(Stored data)
——————————
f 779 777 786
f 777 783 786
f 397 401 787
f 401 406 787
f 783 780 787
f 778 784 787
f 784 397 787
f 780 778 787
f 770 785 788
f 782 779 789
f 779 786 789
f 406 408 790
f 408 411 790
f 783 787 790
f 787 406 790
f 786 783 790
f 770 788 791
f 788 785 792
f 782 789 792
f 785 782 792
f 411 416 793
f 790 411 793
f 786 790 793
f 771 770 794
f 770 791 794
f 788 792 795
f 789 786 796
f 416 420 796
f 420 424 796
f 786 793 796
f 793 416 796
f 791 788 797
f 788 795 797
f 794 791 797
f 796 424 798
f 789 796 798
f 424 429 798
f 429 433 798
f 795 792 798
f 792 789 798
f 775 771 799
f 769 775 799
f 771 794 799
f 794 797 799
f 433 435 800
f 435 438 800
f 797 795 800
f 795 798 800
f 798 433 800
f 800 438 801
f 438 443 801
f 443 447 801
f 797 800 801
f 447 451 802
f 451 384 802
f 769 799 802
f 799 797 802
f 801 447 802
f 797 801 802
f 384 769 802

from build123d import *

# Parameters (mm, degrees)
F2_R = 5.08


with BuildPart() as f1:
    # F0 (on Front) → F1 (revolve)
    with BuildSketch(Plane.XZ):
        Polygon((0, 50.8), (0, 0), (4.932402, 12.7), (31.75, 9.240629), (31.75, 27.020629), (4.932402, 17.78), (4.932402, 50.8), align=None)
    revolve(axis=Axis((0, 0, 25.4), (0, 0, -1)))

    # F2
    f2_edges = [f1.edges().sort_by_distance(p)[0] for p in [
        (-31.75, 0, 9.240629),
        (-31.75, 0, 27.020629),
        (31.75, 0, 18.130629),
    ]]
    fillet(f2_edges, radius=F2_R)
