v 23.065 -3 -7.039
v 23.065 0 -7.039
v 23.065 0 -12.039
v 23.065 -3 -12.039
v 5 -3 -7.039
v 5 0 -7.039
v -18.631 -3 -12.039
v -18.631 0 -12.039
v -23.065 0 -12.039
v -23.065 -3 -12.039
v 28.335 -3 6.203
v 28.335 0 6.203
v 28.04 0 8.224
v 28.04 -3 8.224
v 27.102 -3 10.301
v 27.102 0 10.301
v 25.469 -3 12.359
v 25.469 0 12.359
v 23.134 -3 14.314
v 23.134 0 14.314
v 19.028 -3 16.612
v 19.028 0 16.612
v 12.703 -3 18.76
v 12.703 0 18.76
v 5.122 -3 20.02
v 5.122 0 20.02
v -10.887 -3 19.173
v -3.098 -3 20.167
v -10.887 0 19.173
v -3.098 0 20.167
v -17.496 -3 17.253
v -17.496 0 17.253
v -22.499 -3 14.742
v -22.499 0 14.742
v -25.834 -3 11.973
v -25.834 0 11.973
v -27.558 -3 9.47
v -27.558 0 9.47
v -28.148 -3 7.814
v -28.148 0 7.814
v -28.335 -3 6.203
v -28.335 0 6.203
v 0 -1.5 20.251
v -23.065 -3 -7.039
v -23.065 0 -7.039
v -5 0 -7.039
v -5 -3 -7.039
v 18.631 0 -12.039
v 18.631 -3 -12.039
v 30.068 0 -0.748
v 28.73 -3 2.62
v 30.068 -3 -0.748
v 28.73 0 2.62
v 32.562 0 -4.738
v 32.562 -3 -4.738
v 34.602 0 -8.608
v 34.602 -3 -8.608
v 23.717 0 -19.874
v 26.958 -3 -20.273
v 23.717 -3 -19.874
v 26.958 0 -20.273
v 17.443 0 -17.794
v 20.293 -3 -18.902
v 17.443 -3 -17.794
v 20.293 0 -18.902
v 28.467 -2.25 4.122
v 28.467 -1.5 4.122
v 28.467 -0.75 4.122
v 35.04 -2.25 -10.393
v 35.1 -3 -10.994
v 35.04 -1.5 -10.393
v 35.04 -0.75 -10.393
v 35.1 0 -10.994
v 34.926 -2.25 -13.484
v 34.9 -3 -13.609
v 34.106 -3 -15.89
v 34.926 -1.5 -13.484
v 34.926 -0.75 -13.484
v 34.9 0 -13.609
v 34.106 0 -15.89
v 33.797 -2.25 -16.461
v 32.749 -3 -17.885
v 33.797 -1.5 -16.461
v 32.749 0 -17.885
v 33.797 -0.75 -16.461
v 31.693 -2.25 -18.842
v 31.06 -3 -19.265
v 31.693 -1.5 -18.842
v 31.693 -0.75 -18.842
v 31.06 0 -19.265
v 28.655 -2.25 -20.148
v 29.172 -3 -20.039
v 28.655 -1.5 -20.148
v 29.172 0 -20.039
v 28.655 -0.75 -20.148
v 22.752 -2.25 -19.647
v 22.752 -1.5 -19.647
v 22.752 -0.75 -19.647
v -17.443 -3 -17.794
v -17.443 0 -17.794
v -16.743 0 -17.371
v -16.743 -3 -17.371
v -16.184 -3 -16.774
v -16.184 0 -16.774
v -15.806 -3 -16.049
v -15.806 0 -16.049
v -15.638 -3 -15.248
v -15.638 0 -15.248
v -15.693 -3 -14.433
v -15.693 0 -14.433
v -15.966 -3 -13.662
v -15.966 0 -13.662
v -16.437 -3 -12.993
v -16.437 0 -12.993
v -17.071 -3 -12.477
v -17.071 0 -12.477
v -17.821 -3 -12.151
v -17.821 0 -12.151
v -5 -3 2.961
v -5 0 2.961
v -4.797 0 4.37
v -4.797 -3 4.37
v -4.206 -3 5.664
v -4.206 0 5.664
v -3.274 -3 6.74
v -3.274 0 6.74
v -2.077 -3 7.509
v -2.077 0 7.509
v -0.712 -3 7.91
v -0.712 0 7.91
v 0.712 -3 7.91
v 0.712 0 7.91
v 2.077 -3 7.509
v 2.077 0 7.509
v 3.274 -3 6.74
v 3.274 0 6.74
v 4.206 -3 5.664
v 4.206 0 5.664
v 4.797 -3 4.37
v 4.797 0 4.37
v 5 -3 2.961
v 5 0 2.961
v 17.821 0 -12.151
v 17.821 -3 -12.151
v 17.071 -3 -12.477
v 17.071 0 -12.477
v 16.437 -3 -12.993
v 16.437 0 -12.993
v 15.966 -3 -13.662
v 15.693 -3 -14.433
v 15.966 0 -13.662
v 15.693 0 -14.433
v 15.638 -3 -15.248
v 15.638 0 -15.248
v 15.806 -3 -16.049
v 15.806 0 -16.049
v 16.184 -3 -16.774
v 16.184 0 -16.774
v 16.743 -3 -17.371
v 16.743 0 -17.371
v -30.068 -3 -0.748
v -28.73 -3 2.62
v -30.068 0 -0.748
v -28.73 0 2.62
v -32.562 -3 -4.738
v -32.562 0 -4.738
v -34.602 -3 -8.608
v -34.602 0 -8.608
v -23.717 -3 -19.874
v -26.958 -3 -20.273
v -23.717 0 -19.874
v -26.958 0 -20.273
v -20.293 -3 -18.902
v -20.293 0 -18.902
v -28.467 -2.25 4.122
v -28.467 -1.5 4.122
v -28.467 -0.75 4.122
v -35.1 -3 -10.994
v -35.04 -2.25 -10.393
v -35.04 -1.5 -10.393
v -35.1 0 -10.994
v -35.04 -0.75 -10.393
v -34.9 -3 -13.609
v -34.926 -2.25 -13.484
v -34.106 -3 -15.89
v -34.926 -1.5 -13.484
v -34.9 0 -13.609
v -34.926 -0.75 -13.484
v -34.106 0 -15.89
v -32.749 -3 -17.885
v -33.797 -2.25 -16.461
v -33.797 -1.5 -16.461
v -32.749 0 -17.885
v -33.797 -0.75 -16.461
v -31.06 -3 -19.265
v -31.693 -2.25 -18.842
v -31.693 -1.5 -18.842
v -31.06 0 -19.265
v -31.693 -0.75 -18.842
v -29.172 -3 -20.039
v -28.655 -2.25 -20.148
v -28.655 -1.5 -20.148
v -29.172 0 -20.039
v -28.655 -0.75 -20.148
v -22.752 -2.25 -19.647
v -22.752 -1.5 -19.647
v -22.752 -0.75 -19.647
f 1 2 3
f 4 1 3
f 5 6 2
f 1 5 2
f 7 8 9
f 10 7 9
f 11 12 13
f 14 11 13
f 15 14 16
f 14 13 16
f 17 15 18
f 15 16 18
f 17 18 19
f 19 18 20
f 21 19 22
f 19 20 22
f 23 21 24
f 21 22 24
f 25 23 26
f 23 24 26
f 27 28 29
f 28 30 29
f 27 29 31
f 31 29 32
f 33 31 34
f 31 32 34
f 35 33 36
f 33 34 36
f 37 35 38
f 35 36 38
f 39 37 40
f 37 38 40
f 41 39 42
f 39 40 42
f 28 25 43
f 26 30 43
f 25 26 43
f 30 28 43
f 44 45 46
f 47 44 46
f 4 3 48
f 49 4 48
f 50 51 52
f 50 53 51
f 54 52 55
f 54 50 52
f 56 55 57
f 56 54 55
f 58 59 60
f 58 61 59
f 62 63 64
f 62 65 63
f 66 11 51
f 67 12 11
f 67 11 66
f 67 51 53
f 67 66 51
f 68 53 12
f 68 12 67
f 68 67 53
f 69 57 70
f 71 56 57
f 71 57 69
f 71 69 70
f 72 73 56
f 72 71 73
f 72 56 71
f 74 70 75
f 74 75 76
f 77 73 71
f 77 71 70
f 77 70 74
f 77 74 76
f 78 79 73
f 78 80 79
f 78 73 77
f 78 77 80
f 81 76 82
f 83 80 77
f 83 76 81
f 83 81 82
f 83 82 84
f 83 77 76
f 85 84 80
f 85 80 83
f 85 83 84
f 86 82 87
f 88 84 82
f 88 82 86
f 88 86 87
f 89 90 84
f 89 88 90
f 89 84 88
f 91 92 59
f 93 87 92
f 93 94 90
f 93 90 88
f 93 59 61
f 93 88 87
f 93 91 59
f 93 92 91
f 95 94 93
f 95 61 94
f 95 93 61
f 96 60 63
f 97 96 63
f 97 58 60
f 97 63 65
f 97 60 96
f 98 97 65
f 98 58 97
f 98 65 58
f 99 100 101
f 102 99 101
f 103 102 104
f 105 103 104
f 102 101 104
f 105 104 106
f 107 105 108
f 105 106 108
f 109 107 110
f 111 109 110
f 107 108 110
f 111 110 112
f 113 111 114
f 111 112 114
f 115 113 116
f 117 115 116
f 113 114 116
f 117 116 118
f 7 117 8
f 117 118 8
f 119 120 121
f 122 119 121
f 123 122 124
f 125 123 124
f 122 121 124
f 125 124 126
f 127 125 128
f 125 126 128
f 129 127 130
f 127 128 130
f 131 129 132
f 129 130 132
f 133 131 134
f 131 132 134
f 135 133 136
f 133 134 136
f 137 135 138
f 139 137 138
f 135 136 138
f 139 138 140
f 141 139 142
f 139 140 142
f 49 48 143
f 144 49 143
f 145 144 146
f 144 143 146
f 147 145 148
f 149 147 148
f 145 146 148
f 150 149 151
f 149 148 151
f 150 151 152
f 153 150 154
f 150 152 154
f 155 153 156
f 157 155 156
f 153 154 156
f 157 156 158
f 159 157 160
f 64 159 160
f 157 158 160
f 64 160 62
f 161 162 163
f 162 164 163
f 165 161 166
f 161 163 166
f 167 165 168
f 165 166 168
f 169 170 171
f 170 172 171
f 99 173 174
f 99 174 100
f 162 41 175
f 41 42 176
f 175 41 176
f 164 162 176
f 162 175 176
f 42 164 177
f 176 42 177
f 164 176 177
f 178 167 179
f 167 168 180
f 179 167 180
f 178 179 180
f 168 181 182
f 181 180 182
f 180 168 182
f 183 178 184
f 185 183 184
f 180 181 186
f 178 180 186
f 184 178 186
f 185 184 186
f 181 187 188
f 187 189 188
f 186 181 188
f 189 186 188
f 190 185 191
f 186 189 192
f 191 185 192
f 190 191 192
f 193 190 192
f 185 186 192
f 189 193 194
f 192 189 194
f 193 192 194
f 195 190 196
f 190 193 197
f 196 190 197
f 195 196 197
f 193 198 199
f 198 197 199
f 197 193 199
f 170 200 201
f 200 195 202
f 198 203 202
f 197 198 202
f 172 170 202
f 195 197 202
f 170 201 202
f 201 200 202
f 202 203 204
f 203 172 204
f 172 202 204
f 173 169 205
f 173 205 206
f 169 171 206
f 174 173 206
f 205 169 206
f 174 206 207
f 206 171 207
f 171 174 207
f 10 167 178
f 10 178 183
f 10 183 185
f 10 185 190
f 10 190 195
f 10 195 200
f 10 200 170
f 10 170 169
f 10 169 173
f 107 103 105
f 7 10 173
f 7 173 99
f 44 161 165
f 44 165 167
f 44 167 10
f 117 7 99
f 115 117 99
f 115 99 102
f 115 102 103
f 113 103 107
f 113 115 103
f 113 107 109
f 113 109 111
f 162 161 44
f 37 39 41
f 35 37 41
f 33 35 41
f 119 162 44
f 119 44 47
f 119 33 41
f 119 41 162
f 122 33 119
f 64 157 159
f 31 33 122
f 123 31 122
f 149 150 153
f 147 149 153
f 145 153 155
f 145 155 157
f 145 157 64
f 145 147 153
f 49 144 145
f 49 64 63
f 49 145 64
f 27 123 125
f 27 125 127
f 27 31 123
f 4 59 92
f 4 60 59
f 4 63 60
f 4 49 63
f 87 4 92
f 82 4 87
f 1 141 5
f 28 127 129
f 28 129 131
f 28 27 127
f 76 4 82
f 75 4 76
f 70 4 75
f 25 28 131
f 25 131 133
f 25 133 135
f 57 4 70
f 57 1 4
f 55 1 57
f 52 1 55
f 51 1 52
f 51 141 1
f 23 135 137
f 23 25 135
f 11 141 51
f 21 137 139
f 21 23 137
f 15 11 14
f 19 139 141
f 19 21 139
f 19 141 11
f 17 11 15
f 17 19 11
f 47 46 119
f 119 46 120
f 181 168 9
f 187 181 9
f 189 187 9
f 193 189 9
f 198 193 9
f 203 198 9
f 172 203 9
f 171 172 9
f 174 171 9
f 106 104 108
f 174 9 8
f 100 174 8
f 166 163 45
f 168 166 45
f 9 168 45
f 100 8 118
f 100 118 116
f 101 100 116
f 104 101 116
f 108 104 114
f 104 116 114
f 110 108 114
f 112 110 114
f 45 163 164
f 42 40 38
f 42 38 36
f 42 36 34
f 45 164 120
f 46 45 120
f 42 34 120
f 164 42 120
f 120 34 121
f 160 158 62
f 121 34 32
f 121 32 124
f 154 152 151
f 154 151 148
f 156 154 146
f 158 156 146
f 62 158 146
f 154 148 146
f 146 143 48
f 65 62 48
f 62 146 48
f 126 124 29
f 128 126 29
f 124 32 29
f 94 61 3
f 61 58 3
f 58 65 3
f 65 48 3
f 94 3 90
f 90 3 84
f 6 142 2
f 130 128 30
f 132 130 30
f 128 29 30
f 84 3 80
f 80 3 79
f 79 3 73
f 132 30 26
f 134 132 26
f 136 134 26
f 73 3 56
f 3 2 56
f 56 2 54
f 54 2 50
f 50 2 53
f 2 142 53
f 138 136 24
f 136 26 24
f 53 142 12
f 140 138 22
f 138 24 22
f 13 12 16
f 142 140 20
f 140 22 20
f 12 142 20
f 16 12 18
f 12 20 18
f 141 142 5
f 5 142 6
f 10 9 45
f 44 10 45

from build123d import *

# Parameters (mm, degrees)
F1_DEPTH = 3


# Not quite as in the source:
# - ends of sketch curves that miss each other by under 0.0002 mm in the source are joined
# - the dataset's text gives a spline's control points without its knots; the knots are read off the source's solid


with BuildPart() as f1:
    # F0 (on Front) → F1 (new body)
    with BuildSketch(Plane.XZ):
        with BuildLine():
            Line((-18.631138, -12.039077), (-23.065, -12.039077))
            Line((-23.065, -12.039077), (-23.065, -7.039077))
            Line((-23.065, -7.039077), (-5, -7.039077))
            Line((-5, -7.039077), (-5, 2.960923))
            ThreePointArc((-5, 2.960923), (0, 7.960923), (5, 2.960923))
            Line((5, 2.960923), (5, -7.039077))
            Line((5, -7.039077), (23.065, -7.039077))
            Line((23.065, -7.039077), (23.065, -12.039077))
            Line((23.065, -12.039077), (18.631137, -12.039077))
            ThreePointArc((18.631137, -12.039077), (15.6930952866, -14.4325204153), (17.4430779685, -17.7938030731))
            add(Edge.make_bspline(
                [(28.334969, 6.202538), (28.382769, 5.719314), (28.407006, -1.378841), (38.47544, -8.061034), (31.583633, -23.110185), (20.19345, -18.979985), (17.4430779685, -17.7938030731)],
                knots=[26.688985, 26.688985, 26.688985, 26.688985, 28.557776, 42.872008, 54.1154, 62.665306, 62.665306, 62.665306, 62.665306], degree=3))
            add(Edge.make_bspline(
                [(28.334969, 6.202538), (28.334969, 20.2509254333), (-4.9078e-06, 20.250923), (-28.3349788155, 20.2509205667), (-28.334969, 6.2025331335)],
                knots=[0, 0, 0, 1.5707965, 1.5707965, 3.141593, 3.141593, 3.141593], degree=2, weights=[1, 0.7071067199, 1, 0.7071067199, 1]))
            add(Edge.make_bspline(
                [(-28.334969, 6.2025331335), (-28.382769, 5.719314), (-28.407006, -1.378841), (-38.47544, -8.061034), (-31.583633, -23.110185), (-20.193451, -18.979985), (-17.443078, -17.793803)],
                knots=[26.688985, 26.688985, 26.688985, 26.688985, 28.557776, 42.872008, 54.1154, 62.665306, 62.665306, 62.665306, 62.665306], degree=3))
            ThreePointArc((-17.443078, -17.793803), (-15.6930963794, -14.4325199657), (-18.631138, -12.039077))
        make_face()
    extrude(amount=F1_DEPTH)


solid = f1.part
——————————
▶ WHAT IS EXPECTED:
When you find a line in the records that contains the word "revolve", copy it.

▶ THE ANSWER:
    # F0 (on Front) → F1 (revolve)
    revolve(axis=Axis((0, 0, 25.4), (0, 0, -1)))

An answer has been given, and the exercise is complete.